Aim of the exercise » Include in the output exactly the lines from the opening of the data through the line containing "#10=(NAMED_UNIT(*)SI_UNIT($,.STERADIAN.)SOLID_ANGLE_UNIT());", and nothing more.

Stored data entries
□ □ □ □ □

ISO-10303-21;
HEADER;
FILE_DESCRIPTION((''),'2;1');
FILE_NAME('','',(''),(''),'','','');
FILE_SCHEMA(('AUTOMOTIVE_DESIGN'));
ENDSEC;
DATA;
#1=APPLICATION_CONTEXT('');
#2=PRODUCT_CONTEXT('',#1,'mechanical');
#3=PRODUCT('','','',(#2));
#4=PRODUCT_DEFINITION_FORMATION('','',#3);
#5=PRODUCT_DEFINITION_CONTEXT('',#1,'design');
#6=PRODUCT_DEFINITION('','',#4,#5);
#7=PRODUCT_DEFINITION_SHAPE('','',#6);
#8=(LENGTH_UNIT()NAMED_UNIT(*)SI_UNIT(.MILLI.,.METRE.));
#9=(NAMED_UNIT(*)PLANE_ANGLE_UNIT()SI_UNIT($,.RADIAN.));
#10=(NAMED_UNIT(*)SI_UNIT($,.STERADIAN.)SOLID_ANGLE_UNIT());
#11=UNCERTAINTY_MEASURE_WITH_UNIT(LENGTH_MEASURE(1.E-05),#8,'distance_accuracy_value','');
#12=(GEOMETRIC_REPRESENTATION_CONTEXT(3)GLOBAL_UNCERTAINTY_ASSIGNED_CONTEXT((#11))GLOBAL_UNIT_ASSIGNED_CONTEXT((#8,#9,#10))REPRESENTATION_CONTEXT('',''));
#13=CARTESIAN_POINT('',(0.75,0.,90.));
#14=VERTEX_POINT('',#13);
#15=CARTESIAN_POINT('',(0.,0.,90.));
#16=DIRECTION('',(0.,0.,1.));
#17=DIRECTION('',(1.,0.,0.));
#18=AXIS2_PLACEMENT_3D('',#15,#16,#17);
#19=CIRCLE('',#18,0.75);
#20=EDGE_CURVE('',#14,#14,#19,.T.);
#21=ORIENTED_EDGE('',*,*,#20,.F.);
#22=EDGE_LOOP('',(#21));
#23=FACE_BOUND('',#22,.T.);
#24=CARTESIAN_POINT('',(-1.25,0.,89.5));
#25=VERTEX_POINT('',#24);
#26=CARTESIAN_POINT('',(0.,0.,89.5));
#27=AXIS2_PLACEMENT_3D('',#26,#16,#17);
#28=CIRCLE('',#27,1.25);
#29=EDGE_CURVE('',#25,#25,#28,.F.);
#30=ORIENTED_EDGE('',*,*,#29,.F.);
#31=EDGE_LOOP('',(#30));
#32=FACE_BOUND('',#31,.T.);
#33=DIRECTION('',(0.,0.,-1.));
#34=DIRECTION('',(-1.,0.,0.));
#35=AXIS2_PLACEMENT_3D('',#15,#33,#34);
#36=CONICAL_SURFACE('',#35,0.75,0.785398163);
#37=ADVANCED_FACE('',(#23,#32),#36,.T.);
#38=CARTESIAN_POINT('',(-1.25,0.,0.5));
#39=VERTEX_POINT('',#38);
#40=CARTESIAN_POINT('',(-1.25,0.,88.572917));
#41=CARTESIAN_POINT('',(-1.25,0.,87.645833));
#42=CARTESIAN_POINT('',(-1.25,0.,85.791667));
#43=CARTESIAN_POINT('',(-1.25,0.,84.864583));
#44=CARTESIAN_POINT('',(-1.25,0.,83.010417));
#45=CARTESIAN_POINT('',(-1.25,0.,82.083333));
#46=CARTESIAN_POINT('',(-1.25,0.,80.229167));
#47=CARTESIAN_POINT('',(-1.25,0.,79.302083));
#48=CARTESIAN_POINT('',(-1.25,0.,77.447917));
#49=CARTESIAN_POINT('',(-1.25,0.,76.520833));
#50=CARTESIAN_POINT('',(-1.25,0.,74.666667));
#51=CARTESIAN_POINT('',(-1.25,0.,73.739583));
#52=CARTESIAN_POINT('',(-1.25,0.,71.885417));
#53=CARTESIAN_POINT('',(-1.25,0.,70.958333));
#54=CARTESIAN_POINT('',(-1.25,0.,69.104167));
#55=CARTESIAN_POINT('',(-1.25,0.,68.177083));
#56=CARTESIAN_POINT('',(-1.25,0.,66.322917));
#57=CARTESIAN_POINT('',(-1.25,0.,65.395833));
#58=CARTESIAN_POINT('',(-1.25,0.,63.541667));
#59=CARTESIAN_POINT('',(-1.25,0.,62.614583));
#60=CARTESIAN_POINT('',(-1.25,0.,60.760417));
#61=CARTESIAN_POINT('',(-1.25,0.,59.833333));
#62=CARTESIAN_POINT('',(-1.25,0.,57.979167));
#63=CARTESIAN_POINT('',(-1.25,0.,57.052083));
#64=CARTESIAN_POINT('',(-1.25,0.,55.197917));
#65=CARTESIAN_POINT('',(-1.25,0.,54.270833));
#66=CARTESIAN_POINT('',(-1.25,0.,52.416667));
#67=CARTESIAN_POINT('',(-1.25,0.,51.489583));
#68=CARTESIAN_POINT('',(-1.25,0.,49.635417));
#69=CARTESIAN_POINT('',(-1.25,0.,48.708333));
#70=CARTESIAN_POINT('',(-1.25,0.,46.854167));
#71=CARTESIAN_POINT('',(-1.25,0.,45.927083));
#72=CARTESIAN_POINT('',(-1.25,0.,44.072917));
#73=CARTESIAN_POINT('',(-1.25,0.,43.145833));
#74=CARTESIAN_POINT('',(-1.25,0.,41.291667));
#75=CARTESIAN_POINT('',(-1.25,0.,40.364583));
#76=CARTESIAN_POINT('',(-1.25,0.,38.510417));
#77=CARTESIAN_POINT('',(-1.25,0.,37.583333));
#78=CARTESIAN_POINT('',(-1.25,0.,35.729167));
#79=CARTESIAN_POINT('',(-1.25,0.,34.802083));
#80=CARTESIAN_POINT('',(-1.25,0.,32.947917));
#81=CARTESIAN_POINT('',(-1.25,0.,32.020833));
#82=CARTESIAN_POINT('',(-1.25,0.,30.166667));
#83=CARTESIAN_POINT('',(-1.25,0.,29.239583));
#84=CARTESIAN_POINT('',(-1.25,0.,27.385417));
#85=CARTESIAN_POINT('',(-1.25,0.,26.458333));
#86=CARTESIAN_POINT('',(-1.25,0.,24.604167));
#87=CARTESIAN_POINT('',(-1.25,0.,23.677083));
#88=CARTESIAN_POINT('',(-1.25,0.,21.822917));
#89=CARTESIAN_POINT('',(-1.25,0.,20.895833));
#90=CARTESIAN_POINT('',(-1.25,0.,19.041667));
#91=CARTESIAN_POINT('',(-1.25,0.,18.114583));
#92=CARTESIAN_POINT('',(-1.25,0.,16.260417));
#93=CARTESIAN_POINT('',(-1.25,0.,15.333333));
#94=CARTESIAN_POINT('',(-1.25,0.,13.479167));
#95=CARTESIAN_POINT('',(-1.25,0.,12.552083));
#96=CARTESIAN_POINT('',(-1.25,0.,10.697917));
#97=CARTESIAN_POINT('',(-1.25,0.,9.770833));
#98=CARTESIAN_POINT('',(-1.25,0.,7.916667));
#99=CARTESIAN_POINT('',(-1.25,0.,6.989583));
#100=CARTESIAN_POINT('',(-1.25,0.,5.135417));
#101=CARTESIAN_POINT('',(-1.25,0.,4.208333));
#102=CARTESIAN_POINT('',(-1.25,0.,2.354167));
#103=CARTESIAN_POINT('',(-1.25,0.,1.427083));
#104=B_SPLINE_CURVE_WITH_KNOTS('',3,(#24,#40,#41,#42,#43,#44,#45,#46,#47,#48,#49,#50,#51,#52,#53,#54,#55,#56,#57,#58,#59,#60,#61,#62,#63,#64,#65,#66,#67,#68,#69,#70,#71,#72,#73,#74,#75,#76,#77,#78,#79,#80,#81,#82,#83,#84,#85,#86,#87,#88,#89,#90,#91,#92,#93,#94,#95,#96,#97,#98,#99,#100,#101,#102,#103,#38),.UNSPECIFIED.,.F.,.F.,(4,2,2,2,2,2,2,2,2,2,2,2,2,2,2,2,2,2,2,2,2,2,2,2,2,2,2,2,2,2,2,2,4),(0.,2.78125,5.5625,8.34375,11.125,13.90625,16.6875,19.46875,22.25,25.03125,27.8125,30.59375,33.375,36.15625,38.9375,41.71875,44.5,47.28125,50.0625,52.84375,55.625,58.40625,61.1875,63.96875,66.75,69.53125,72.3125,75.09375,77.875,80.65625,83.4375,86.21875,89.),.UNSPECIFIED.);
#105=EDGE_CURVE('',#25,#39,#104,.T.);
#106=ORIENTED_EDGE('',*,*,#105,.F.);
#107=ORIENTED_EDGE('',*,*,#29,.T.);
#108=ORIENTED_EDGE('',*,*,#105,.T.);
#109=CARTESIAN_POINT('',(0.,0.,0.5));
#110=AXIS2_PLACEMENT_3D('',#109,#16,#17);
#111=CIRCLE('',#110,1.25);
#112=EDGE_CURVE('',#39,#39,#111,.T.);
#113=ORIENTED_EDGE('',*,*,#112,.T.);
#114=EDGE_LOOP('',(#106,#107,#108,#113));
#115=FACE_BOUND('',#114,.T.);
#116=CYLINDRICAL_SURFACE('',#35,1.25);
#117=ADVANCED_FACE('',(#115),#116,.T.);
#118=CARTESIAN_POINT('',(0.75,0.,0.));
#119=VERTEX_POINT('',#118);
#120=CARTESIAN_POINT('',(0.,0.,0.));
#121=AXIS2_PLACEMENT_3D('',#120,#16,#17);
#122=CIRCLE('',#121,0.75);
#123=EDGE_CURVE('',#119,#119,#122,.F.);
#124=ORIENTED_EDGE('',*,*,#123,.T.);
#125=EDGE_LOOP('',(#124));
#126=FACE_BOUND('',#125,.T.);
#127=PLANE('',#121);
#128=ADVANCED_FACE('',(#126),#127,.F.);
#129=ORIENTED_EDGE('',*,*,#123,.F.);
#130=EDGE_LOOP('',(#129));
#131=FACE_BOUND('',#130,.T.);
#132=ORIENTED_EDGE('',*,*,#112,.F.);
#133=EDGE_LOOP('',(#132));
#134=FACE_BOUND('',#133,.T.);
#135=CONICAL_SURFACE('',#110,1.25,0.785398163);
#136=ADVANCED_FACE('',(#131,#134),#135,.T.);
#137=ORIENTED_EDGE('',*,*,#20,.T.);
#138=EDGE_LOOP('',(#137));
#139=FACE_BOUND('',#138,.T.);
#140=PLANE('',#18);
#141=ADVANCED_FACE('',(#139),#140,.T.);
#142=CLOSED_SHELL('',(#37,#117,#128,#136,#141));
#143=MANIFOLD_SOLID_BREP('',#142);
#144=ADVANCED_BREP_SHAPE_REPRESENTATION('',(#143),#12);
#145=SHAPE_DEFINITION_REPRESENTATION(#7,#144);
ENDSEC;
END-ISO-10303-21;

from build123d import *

# Parameters (mm, degrees)
SKETCH1_R           = 1.25
BOSS_EXTRUDE1_DEPTH = 90
CHAMFER1_SIZE       = 0.5
CHAMFER2_SIZE       = 0.5


with BuildPart() as part:
    # Sketch1 → Boss-Extrude1 (new body)
    with BuildSketch(Plane.XY):
        with Locations(Location((0, 0, 0), (0, 0, 180))):
            Circle(SKETCH1_R)
    extrude(amount=BOSS_EXTRUDE1_DEPTH)

    # Chamfer1
    chamfer1_edges = [part.edges().sort_by_distance(p)[0] for p in [
        (1.25, 0, 0),
    ]]
    chamfer(chamfer1_edges, length=CHAMFER1_SIZE)

    # Chamfer2
    chamfer2_edges = [part.edges().sort_by_distance(p)[0] for p in [
        (1.25, 0, 90),
    ]]
    chamfer(chamfer2_edges, length=CHAMFER2_SIZE)


solid = part.part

□ □ □ □ □

Exercise solution »
ISO-10303-21;
HEADER;
FILE_DESCRIPTION((''),'2;1');
FILE_NAME('','',(''),(''),'','','');
FILE_SCHEMA(('AUTOMOTIVE_DESIGN'));
ENDSEC;
DATA;
#1=APPLICATION_CONTEXT('');
#2=PRODUCT_CONTEXT('',#1,'mechanical');
#3=PRODUCT('','','',(#2));
#4=PRODUCT_DEFINITION_FORMATION('','',#3);
#5=PRODUCT_DEFINITION_CONTEXT('',#1,'design');
#6=PRODUCT_DEFINITION('','',#4,#5);
#7=PRODUCT_DEFINITION_SHAPE('','',#6);
#8=(LENGTH_UNIT()NAMED_UNIT(*)SI_UNIT(.MILLI.,.METRE.));
#9=(NAMED_UNIT(*)PLANE_ANGLE_UNIT()SI_UNIT($,.RADIAN.));
#10=(NAMED_UNIT(*)SI_UNIT($,.STERADIAN.)SOLID_ANGLE_UNIT());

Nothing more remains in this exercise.